Usage: proofpoint.tap.siem.messages.blocked [options]
Options:
--help : Display the command usage.
--debug : Show verbose debug output.
--yield : Yield newly created nodes.
--filter-recipients <filter_recipients>: Filter the results by recipient email address. Can be single or multiple email
addresses.
--min-time <min_time> : Specify the minimum time to start retrieving results. (default: -1hour)
--max-time <max_time> : Specify the maximum time to stop retrieving results. (default: now)
--since-last : Fetch the results since the last run of the command with --since-last specified.
--no-threat-info : Do not fetch threat information.
--config <config> : The name of the custom configuration to use.
The command is accessible to users with one or more of the following permissions:
power-ups.proofpoint.adminpower-ups.proofpoint.user
proofpoint.tap.threats.get
Enrich data with Proofpoint threat forensics information.
The Forensics endpoint pulls forensic evidence about threats observed in
their environment.
The threat ID can be specified with the --threat-id argument, or an inbound risk:alert node.
Examples:
// Fetch threat information for a specific threat ID
proofpoint.tap.threats.get --threat-id 0ff0ee396f7dc349b7348ffa32c3163e79e3301a6fcaabda2b0ae4f847da3066
// Fetch threat information for a specific threat ID and yield the results
proofpoint.tap.threats.get --threat-id 0ff0ee396f7dc349b7348ffa32c3163e79e3301a6fcaabda2b0ae4f847da3066 --yield
Endpoints:
/v2/threat/summary/{id} : Fetch detailed attributes about an individual threat identified by a Threat ID.
/v2/forensics : Fetch the forensics information for a specific threat or campaign.
Usage: proofpoint.tap.threats.get [options]
Options:
--help : Display the command usage.
--debug : Show verbose debug output.
--yield : No help available.
--config <config> : The name of the custom configuration to use.

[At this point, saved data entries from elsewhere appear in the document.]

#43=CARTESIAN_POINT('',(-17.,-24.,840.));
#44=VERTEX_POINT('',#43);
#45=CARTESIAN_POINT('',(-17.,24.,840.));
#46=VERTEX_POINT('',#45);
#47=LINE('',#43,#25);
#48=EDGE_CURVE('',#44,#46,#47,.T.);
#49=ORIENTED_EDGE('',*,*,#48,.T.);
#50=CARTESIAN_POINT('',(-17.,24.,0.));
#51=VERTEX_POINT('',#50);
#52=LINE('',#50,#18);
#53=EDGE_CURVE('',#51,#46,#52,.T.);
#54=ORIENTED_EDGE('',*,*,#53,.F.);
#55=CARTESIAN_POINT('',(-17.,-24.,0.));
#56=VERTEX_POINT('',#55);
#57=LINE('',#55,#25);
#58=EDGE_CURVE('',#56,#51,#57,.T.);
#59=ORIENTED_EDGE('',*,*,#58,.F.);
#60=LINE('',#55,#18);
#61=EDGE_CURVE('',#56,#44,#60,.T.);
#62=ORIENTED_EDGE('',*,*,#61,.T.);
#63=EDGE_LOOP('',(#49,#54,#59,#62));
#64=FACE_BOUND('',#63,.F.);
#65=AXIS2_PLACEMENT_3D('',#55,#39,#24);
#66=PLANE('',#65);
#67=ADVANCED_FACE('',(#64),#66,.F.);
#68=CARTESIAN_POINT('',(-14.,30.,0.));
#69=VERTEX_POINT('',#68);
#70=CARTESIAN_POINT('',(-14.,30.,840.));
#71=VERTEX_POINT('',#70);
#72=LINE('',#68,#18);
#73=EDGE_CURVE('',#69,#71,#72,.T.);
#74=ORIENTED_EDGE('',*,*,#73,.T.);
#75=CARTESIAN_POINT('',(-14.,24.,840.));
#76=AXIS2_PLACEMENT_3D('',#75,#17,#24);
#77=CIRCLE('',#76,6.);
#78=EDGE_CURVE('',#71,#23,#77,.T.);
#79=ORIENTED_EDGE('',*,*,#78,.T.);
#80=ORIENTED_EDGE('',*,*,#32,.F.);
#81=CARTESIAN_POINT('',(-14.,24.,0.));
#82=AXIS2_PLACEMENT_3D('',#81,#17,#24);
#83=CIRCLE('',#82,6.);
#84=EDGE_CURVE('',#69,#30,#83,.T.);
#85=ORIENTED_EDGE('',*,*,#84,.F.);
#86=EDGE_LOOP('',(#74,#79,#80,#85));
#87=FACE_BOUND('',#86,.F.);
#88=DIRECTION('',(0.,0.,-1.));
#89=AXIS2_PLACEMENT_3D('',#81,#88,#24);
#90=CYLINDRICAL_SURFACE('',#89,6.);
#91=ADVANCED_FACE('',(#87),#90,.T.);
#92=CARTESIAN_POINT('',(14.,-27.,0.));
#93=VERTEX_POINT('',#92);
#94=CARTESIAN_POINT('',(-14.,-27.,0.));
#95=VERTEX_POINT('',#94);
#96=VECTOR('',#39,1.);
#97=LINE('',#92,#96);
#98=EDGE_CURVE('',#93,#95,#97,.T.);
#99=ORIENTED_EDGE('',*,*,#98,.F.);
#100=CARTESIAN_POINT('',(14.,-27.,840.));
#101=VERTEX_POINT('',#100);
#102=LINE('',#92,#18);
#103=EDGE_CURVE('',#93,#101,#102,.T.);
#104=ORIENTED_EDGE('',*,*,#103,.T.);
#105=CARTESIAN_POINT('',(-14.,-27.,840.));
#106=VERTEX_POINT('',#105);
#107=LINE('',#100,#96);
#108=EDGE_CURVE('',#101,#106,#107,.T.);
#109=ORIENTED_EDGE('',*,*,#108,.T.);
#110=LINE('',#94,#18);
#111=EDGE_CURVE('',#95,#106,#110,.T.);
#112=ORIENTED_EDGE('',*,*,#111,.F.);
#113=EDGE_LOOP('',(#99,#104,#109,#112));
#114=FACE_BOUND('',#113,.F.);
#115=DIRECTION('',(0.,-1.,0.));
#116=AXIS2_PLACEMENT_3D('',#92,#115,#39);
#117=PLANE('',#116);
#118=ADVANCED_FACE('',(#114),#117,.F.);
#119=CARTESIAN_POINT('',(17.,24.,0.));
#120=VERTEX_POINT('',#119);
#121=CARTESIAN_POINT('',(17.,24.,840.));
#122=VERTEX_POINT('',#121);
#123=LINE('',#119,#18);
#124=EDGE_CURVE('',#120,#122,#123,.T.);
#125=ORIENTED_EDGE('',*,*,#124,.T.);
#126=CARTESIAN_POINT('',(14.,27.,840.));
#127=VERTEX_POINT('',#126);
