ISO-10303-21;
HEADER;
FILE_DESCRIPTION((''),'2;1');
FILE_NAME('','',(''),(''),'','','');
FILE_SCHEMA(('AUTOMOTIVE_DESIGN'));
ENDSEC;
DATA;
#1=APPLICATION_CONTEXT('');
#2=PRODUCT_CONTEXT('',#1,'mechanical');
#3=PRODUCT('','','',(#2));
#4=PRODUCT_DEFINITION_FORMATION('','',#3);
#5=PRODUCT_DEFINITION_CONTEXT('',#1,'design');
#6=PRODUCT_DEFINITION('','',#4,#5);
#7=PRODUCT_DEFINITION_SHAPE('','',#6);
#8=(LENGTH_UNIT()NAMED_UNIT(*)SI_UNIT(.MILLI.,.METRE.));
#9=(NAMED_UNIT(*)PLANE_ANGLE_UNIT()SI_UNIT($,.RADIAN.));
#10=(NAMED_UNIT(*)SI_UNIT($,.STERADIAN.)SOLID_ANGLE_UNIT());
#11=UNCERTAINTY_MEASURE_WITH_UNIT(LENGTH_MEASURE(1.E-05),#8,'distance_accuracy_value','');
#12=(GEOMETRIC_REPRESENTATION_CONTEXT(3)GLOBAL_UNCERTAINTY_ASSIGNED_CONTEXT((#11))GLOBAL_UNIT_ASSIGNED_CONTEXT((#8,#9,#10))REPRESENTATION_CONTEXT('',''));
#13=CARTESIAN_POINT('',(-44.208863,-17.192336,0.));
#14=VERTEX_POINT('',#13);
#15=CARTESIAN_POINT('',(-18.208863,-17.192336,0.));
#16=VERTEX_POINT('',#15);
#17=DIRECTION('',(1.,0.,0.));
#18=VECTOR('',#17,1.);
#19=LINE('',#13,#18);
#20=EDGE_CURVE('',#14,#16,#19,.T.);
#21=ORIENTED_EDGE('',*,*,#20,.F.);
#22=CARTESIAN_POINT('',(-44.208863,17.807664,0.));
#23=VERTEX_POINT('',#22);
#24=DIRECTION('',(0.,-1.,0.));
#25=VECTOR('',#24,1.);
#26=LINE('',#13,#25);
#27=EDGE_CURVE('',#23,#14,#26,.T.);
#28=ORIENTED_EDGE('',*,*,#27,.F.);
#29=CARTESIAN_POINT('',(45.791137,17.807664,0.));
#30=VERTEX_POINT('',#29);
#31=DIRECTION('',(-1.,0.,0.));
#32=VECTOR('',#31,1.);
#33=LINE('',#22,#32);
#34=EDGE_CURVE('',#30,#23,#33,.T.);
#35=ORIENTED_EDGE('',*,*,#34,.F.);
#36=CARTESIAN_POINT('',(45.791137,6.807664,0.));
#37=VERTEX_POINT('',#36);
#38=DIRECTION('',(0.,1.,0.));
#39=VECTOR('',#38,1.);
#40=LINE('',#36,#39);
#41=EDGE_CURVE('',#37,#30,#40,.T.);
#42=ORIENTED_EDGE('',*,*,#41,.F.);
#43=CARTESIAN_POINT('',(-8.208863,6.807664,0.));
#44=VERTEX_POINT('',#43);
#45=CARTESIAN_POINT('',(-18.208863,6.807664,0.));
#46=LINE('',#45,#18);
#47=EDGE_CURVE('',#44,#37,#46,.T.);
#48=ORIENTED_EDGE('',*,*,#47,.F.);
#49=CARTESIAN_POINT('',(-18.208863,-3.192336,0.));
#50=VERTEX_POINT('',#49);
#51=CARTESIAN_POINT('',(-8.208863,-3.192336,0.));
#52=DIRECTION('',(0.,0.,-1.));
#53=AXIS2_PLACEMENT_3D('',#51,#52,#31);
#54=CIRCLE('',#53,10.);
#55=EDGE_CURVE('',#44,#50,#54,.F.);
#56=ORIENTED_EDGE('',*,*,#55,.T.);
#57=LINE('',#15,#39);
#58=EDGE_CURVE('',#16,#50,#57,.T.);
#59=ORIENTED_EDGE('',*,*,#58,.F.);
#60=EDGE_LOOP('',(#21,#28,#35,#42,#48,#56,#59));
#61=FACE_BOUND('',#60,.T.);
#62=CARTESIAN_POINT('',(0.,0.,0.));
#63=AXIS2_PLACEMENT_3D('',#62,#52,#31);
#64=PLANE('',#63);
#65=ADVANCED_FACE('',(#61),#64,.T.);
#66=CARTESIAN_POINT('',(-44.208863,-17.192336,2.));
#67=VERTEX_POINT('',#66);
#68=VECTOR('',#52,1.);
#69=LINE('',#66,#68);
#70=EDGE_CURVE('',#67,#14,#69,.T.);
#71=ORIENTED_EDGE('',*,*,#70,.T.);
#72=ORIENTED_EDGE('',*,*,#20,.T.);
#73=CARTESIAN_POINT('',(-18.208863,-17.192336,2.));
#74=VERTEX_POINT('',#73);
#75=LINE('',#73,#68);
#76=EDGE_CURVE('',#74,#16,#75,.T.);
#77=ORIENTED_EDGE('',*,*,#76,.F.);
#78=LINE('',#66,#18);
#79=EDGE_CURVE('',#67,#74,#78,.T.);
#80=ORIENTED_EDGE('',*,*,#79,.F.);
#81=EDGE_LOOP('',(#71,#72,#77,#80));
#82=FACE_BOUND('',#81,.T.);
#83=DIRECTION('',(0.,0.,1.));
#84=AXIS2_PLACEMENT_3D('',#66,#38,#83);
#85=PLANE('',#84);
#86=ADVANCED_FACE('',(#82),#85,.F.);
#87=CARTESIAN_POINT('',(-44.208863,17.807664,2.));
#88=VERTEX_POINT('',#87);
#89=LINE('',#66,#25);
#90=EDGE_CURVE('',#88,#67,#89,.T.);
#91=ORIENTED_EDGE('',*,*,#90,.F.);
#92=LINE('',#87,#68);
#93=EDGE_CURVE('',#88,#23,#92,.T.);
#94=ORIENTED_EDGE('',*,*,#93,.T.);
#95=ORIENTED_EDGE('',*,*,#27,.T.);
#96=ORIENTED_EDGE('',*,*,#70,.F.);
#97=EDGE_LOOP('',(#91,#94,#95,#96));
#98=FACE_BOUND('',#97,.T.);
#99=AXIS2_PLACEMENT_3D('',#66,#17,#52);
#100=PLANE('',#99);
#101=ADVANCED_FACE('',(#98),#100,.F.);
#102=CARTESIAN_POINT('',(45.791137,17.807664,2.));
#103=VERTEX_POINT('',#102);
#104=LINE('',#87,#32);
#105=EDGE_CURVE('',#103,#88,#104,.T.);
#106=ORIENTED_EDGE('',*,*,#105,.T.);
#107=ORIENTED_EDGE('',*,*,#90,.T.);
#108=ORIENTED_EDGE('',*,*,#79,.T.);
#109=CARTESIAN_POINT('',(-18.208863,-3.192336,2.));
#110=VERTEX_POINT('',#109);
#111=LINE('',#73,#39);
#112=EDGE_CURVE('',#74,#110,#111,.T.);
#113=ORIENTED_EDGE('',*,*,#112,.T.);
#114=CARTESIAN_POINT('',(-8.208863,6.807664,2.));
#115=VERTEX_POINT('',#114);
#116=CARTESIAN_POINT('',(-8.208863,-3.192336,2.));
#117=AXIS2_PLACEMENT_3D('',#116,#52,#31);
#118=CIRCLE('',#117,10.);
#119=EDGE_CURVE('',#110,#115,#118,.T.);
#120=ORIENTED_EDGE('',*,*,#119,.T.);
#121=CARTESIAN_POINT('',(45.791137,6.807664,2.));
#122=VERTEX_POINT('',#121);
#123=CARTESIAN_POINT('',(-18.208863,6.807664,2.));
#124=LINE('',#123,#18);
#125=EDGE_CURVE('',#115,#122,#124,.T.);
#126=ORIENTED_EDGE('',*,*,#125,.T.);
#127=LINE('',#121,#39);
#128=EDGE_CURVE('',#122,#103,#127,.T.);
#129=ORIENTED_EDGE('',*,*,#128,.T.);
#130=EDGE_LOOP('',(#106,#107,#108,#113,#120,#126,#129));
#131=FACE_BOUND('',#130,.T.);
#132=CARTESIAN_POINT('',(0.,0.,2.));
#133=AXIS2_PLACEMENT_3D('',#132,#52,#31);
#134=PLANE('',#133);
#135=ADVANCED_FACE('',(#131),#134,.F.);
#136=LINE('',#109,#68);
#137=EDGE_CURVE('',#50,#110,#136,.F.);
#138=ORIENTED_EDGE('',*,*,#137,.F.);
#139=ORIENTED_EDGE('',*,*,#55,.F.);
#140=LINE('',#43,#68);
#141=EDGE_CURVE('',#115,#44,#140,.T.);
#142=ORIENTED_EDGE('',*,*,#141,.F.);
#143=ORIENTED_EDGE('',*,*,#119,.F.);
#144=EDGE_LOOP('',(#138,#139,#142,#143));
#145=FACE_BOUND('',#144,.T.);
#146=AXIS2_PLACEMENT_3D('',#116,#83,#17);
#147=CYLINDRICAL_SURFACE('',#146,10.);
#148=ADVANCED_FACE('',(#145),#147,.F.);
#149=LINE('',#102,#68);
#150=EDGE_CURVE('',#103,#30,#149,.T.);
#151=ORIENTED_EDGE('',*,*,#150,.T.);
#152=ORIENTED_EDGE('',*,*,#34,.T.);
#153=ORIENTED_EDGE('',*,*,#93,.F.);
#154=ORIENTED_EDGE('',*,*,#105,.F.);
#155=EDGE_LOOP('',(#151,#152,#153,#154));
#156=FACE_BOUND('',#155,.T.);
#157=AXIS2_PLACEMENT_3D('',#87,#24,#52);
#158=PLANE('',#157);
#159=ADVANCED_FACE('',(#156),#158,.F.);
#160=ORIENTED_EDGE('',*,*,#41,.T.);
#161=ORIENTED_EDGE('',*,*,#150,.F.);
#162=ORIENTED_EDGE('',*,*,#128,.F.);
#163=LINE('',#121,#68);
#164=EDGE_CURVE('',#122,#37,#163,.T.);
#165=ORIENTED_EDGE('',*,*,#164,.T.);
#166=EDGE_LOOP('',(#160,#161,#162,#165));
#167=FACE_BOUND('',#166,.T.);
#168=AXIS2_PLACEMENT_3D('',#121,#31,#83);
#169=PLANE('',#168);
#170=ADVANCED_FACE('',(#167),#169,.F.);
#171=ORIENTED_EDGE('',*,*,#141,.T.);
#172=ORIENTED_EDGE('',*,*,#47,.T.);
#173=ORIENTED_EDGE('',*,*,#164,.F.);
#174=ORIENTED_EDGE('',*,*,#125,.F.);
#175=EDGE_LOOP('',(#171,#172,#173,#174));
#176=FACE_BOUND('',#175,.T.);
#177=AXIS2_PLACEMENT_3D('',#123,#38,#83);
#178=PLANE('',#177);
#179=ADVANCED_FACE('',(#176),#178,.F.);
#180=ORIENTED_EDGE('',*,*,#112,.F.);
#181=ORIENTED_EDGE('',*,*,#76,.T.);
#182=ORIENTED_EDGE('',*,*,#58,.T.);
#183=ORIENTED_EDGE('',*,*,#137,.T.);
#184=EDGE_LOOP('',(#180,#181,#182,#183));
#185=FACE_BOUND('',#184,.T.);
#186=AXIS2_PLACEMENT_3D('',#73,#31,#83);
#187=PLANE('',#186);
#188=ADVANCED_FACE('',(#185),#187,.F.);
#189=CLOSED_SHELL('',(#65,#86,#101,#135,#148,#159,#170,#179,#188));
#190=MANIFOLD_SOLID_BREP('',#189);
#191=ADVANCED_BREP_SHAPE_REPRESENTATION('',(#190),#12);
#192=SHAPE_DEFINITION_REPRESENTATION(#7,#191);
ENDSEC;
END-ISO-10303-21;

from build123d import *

# Parameters (mm, degrees)
BOSS_EXTRUDE1_DEPTH = 2
FILLET2_R           = 10


with BuildPart() as part:
    # Sketch1 → Boss-Extrude1 (new body)
    with BuildSketch(Plane.XY):
        Polygon((-18.20886328, -17.19233572), (-18.20886328, 6.80766428), (45.79113672, 6.80766428), (45.79113672, 17.80766428), (-44.20886328, 17.80766428), (-44.20886328, -17.19233572), align=None)
    extrude(amount=BOSS_EXTRUDE1_DEPTH)

    # Fillet2
    fillet2_edges = [part.edges().sort_by_distance(p)[0] for p in [
        (-18.20886328, 6.80766428, 1),
    ]]
    fillet(fillet2_edges, radius=FILLET2_R)


solid = part.part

--threat-id <threat_id> : The ID of the threat to fetch.
--no-forensics : Do not fetch forensics data.
Inputs:
risk:alert : The risk:alert node to fetch.
The command is accessible to users with one or more of the following permissions:
power-ups.proofpoint.adminpower-ups.proofpoint.user
Storm Modules
This package does not export any Storm APIs.